Atherosclerosis views the disease as a complex, multi-step process driven by interactions between lipids (fats), inflammation, and immune responses within the walls of arteries. Atherosclerosis is no longer seen as just a buildup of cholesterol; it is considered a chronic inflammatory disease with characteristics of both lipid metabolism disorder and immune dysfunction. A growing body of evidence supports the idea that atherosclerosis would be an autoimmune disease. Defining atherosclerosis as an autoimmune disease could change our approach to treatment and prevention. If autoimmune mechanisms are a central factor, therapies could target the immune system’s inappropriate response instead of just focusing on lowering cholesterol or blood pressure. This shift could lead to more effective treatments, especially for individuals who continue to have atherosclerosis despite managing traditional risk factors.

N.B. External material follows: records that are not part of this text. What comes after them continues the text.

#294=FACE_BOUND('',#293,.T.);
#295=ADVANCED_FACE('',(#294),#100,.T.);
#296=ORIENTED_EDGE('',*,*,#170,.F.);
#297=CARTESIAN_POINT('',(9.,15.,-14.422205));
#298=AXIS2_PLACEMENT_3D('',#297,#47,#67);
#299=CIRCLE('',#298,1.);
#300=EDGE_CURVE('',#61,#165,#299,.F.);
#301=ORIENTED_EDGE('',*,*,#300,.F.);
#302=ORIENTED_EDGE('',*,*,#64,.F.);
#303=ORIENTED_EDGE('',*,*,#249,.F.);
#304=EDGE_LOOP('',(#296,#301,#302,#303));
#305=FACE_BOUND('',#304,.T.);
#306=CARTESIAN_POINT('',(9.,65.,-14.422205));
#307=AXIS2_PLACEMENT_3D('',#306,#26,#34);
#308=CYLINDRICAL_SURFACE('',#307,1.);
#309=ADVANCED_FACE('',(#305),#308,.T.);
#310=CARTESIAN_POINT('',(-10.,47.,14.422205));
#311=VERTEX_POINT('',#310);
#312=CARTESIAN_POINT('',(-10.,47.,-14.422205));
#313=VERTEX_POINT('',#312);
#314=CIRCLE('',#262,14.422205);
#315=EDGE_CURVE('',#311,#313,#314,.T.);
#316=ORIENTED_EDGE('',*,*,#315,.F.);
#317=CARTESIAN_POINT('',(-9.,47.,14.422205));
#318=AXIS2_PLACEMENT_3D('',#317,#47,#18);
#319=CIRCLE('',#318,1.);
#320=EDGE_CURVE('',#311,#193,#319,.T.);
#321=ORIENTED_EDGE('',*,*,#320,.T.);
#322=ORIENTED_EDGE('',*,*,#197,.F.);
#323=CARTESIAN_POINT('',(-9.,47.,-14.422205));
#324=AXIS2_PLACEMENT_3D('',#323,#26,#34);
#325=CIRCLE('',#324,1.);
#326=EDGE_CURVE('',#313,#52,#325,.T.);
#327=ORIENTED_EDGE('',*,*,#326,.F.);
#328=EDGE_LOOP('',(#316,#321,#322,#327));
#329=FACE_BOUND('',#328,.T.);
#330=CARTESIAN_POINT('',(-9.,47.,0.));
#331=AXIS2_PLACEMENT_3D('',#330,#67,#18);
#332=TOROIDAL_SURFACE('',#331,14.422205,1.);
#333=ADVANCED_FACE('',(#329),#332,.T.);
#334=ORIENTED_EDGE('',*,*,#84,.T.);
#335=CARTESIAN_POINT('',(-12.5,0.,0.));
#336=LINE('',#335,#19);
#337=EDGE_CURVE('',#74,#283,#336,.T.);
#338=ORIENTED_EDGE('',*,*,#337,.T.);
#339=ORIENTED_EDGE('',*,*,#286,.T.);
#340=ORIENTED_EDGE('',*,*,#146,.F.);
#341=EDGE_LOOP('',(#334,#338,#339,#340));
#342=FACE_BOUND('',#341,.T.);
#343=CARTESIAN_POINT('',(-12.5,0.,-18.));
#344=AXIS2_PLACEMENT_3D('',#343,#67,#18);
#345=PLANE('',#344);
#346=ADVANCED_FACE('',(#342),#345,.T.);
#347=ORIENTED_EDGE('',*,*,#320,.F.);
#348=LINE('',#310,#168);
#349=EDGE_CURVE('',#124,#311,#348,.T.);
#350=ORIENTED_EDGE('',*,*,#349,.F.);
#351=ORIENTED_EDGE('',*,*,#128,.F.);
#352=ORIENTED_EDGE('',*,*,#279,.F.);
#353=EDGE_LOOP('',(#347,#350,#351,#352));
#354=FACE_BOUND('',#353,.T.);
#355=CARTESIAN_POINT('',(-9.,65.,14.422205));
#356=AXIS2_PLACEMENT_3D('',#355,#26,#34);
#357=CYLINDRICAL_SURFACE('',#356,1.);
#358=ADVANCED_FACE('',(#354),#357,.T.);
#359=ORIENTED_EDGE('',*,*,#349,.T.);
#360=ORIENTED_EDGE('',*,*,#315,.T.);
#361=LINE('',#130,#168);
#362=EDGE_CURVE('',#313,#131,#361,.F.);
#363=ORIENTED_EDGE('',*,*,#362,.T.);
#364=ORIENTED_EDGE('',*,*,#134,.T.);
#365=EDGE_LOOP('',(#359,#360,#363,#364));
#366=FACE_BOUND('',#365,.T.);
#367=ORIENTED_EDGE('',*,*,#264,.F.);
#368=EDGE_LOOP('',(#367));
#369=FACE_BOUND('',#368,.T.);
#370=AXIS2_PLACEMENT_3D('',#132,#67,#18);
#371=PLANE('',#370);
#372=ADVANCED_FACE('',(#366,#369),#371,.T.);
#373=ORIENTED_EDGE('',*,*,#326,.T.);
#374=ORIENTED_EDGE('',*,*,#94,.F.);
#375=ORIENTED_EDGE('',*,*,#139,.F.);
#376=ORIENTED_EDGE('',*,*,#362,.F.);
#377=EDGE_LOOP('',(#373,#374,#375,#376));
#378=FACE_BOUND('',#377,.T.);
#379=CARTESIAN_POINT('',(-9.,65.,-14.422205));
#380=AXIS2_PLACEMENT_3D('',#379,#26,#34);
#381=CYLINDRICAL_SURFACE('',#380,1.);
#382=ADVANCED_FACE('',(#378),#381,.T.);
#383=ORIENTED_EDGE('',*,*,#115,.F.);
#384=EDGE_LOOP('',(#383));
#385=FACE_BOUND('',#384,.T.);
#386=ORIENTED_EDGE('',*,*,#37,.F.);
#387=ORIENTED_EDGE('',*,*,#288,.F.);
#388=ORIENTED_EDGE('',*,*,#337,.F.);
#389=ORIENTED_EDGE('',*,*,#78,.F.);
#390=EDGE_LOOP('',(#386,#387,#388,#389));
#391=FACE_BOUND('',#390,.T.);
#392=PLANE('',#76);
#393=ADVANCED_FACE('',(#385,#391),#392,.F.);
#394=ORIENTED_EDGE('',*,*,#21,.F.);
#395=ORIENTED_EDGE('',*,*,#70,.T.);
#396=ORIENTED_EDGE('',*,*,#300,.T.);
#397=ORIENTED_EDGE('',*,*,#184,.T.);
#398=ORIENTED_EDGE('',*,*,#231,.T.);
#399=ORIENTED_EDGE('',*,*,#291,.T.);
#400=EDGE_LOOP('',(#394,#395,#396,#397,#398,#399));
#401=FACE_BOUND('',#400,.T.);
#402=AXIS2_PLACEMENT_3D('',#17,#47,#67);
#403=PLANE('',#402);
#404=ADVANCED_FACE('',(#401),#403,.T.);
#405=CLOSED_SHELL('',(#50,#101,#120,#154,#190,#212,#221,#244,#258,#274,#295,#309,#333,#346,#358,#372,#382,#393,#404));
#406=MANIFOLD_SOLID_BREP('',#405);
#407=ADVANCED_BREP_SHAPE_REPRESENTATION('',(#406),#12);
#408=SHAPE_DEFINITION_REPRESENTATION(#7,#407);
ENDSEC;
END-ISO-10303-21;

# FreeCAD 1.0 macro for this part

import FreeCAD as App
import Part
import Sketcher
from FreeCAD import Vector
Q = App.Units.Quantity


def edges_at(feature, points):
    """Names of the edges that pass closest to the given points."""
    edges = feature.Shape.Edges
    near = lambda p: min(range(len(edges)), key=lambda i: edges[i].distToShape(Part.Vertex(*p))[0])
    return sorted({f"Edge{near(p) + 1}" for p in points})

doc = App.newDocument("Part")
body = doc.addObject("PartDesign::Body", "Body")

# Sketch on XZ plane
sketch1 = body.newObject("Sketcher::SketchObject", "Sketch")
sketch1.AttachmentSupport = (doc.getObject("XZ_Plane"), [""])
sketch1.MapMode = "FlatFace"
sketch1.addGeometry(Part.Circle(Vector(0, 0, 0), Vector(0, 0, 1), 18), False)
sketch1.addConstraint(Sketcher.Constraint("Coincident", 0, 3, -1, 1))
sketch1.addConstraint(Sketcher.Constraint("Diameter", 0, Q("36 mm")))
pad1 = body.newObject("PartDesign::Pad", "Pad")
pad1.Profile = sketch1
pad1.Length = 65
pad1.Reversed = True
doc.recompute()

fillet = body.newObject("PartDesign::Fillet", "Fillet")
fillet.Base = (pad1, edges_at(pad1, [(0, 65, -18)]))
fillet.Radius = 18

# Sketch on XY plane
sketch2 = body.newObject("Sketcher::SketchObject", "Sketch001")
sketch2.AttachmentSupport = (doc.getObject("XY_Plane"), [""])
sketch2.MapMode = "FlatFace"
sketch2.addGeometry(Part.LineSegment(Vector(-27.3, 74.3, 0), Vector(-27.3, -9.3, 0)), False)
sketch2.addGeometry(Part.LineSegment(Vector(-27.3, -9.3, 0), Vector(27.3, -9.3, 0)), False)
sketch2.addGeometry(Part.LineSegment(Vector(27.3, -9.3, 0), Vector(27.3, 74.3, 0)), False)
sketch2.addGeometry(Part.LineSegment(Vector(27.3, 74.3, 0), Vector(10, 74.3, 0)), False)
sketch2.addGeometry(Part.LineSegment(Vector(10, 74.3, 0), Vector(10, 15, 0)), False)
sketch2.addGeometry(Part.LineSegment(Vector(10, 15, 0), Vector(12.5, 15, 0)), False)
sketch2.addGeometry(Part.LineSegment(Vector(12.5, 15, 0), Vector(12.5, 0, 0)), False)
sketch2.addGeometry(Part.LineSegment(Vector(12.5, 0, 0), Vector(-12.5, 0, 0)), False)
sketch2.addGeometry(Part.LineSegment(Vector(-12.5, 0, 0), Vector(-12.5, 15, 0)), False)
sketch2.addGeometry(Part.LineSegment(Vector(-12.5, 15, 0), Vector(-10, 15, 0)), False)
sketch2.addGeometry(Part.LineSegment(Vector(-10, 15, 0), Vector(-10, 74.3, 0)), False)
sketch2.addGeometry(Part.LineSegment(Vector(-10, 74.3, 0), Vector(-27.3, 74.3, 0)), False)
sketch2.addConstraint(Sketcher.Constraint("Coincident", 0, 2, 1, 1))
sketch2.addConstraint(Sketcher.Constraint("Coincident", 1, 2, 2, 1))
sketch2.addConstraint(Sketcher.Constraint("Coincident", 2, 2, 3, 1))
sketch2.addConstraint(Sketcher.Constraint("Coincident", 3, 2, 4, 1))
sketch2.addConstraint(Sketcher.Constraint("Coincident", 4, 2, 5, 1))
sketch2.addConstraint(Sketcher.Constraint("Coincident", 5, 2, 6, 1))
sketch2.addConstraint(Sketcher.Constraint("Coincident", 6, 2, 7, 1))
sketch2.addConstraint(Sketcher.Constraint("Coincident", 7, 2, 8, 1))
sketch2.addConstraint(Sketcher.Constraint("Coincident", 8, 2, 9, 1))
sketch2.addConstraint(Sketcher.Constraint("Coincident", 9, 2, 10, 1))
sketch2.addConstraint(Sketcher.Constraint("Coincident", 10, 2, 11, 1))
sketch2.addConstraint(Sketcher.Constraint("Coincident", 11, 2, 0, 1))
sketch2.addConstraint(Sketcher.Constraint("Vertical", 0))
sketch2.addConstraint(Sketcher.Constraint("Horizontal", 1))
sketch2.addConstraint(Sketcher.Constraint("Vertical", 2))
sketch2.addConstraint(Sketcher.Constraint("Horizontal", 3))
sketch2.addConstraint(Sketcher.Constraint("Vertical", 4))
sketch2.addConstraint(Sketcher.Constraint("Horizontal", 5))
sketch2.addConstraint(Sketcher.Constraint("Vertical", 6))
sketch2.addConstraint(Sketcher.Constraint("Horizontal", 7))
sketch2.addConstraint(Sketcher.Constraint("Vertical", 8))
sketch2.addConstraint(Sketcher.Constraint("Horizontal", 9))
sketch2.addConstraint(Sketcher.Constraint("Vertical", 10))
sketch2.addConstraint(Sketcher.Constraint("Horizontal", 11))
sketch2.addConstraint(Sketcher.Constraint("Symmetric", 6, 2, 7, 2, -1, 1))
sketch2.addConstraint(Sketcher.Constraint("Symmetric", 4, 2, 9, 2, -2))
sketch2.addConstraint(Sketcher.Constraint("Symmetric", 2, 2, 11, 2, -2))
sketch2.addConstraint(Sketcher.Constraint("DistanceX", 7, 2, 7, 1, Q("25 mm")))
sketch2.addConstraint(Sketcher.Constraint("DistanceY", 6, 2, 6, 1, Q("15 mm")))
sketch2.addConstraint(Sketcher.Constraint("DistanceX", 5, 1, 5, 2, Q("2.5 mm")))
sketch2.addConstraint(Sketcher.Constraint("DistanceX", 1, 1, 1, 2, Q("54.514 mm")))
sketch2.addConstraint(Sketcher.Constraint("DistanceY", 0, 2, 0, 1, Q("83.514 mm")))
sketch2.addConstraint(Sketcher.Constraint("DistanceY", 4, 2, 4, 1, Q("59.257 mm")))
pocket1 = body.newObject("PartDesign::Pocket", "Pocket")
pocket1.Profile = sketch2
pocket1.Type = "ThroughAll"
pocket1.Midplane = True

• Elucidation tolerance dysfunction in chronic inflammatory diseases. 

Chronic inflammatory diseases affect millions of people and often have severe, life-long impacts. We try to understand how the immune system's failure to maintain "self-tolerance" - its ability to avoid attacking the body’s own tissues - contributes to diseases such as atherosclerosis. Tolerance dysfunction is a critical area because, in these diseases, the immune system mistakenly attacks healthy tissues, leading to chronic inflammation and tissue damage. A better understanding of this question will be crucial for disease mechanisms. By focusing on restoring tolerance, new treatments can be more precise, targeting only the dysfunctional immune pathways without compromising the entire immune system. This reduces the side effects and risks associated with broad immunosuppressive therapies, such as increased infection susceptibility.

• Developing the next generation of immunotherapies.

Understanding the above key questions, we are aiming to develop new the next generation of immunotherapies for chronic diseases. This is a major advancement in medical science, with the potential to offer safer, more effective, and more personalized treatment options.